* YOUR INSTRUCTIONS: In the listing below, the answer starts at the line that has "v -3.75 5.612 10" and stops after the line that has "v 3.75 5.612 10"; please repeat that part exactly and nothing more.
[[ DATA FOR THE TASK open ]]
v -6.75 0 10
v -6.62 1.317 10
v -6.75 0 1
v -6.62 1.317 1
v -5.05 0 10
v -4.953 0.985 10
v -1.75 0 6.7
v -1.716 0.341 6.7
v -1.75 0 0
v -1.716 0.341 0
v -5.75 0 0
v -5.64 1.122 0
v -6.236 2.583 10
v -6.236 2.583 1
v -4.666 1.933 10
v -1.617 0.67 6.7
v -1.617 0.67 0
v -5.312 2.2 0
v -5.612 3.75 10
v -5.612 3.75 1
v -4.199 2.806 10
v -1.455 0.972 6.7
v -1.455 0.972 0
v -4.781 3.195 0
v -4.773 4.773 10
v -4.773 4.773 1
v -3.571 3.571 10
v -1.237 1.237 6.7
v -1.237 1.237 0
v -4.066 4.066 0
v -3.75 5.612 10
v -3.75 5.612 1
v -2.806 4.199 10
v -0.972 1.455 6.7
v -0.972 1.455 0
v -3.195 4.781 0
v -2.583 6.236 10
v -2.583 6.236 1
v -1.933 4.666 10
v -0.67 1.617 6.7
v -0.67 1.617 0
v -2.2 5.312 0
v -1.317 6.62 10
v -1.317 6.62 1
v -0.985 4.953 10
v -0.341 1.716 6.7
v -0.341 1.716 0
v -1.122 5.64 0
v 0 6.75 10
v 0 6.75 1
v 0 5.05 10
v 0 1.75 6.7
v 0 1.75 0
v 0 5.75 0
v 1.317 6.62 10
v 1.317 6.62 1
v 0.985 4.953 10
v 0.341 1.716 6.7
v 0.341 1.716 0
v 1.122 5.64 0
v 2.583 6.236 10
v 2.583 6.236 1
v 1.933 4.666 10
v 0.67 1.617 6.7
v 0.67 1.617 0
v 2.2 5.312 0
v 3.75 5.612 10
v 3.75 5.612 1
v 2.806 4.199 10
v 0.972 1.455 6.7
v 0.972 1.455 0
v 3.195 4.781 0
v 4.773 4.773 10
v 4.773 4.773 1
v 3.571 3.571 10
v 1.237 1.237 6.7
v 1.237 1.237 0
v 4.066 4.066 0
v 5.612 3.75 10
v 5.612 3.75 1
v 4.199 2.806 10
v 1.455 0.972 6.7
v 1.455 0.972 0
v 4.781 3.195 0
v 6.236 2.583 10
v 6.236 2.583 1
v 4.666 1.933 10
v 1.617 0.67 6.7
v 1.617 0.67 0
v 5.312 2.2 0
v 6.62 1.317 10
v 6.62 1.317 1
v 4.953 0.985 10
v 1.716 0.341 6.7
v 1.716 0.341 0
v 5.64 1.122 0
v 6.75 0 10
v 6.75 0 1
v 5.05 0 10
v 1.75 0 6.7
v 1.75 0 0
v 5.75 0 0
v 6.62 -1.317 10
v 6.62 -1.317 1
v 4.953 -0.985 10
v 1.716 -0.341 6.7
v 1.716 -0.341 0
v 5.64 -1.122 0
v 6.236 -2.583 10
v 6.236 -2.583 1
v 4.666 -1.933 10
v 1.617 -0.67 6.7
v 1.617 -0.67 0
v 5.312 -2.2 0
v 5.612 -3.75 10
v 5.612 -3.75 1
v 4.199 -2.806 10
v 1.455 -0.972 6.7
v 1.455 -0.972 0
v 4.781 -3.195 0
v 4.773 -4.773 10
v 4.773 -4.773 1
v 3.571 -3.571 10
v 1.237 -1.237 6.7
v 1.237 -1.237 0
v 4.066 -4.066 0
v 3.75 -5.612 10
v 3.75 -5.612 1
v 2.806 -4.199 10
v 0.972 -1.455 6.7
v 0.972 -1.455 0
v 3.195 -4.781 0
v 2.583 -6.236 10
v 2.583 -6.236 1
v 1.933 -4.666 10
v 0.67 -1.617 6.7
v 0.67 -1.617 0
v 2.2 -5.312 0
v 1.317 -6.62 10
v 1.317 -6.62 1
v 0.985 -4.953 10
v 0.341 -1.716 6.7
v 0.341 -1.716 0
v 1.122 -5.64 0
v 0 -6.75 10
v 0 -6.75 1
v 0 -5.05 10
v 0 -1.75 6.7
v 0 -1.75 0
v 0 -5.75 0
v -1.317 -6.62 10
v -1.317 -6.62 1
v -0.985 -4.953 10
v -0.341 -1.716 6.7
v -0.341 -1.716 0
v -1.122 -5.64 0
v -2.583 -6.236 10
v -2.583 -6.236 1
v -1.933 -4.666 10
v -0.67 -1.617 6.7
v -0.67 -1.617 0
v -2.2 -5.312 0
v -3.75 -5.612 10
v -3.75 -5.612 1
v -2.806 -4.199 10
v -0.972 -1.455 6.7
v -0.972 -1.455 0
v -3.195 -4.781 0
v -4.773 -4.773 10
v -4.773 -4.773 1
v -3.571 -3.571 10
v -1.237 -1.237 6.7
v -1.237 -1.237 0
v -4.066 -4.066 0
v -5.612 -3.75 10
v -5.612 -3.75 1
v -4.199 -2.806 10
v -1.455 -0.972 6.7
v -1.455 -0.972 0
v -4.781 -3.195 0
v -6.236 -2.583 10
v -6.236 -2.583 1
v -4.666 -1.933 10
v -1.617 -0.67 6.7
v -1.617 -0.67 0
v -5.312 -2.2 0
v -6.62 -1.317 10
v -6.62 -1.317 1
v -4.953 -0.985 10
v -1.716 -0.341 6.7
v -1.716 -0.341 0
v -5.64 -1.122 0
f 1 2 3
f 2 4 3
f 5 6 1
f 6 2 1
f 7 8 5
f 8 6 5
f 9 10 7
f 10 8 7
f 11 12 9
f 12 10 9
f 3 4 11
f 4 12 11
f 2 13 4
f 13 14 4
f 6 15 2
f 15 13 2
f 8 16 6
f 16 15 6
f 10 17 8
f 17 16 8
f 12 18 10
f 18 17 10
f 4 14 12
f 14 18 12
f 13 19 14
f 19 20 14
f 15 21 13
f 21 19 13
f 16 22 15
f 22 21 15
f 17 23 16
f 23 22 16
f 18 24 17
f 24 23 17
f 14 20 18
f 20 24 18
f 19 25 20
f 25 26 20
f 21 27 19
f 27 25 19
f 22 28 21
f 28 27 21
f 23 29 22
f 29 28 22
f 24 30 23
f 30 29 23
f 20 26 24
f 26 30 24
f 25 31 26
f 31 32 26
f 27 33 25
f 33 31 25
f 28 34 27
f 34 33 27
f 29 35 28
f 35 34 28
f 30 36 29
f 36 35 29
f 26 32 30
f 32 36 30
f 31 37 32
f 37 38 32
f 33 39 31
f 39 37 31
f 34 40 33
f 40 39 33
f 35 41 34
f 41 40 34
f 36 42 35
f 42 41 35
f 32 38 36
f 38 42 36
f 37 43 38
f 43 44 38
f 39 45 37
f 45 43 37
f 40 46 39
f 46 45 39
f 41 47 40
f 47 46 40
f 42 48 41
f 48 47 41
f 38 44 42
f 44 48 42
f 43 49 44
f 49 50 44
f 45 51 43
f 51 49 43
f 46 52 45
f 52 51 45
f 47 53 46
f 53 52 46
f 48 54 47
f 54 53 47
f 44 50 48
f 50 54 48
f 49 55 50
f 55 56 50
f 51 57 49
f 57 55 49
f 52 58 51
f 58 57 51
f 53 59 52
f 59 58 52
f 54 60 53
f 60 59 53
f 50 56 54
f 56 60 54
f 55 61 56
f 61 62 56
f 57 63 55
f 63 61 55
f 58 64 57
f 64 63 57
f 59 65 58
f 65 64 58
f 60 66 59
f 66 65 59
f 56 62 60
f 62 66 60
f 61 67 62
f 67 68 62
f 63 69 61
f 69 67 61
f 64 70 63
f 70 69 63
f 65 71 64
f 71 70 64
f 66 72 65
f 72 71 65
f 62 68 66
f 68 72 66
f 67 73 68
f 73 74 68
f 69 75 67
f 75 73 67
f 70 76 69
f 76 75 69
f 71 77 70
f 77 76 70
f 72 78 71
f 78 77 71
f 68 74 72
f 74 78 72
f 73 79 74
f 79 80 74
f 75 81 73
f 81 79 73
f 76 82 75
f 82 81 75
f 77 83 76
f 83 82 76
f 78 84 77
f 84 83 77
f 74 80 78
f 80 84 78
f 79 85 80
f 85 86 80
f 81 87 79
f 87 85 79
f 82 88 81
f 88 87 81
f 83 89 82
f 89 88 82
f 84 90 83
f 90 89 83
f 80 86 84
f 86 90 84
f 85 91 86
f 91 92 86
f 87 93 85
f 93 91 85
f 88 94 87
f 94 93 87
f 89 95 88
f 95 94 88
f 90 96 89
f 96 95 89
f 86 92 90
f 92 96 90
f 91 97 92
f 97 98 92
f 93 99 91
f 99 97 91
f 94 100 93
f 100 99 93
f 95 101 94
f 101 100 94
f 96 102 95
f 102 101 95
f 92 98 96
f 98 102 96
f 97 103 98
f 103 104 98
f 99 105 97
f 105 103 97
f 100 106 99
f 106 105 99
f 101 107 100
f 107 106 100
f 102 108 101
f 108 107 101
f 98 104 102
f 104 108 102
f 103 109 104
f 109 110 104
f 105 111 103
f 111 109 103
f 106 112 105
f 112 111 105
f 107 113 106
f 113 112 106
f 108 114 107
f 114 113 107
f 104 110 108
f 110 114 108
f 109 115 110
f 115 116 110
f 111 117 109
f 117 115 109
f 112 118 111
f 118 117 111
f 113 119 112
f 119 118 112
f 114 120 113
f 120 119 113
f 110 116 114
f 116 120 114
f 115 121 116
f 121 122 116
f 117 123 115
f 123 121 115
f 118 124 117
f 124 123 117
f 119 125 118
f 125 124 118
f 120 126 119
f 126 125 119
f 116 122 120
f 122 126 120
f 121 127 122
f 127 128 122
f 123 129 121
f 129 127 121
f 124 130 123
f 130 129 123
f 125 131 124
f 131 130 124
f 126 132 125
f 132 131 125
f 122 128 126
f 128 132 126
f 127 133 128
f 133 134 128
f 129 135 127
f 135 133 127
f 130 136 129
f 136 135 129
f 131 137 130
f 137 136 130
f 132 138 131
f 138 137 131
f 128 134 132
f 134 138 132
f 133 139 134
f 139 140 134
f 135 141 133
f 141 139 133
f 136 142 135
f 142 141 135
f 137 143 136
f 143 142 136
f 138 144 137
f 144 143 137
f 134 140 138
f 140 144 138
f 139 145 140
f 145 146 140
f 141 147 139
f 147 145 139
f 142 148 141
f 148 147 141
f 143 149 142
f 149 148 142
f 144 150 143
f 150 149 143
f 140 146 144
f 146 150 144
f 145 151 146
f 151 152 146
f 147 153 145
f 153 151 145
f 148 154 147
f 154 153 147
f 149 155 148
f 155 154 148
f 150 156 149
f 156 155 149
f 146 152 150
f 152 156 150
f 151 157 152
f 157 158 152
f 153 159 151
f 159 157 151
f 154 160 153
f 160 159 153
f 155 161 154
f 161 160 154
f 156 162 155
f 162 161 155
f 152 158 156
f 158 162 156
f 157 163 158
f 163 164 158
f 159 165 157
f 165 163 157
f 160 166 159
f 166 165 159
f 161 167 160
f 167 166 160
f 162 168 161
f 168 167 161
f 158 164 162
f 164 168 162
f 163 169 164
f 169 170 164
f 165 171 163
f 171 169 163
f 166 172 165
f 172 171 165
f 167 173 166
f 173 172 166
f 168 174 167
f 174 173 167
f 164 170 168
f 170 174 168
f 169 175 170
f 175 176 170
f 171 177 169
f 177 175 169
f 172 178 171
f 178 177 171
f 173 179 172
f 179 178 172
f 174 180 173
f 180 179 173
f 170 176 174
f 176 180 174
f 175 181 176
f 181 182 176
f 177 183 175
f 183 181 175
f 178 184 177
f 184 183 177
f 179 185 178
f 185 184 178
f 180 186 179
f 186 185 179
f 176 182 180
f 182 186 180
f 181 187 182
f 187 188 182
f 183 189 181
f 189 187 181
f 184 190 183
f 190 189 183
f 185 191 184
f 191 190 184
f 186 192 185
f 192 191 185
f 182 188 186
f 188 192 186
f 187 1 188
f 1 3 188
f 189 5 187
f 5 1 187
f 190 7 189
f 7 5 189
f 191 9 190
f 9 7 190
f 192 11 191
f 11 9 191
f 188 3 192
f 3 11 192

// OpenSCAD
$fn = 32;

// ----------------------------------------------------------------------
// Form washer: countersunk washer, 13.5 mm outside, 3.5 mm bore
// ----------------------------------------------------------------------

// --- parameters (mm) ---
revolve_angle = 360;      // full turn around the Z axis
profile_points = 6;       // points of the closed outline

profile = [[1.75, 0], [5.75, 0], [6.75, 1], [6.75, 10], [5.05, 10], [1.75, 6.7]];  // single closed polygon, 6 points, counter clockwise

// --- the one profile operation ---
rotate_extrude(angle = revolve_angle) polygon(points = profile);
[[ DATA FOR THE TASK closed ]]
* YOUR RESPONSE:
v -3.75 5.612 10
v -3.75 5.612 1
v -2.806 4.199 10
v -0.972 1.455 6.7
v -0.972 1.455 0
v -3.195 4.781 0
v -2.583 6.236 10
v -2.583 6.236 1
v -1.933 4.666 10
v -0.67 1.617 6.7
v -0.67 1.617 0
v -2.2 5.312 0
v -1.317 6.62 10
v -1.317 6.62 1
v -0.985 4.953 10
v -0.341 1.716 6.7
v -0.341 1.716 0
v -1.122 5.64 0
v 0 6.75 10
v 0 6.75 1
v 0 5.05 10
v 0 1.75 6.7
v 0 1.75 0
v 0 5.75 0
v 1.317 6.62 10
v 1.317 6.62 1
v 0.985 4.953 10
v 0.341 1.716 6.7
v 0.341 1.716 0
v 1.122 5.64 0
v 2.583 6.236 10
v 2.583 6.236 1
v 1.933 4.666 10
v 0.67 1.617 6.7
v 0.67 1.617 0
v 2.2 5.312 0
v 3.75 5.612 10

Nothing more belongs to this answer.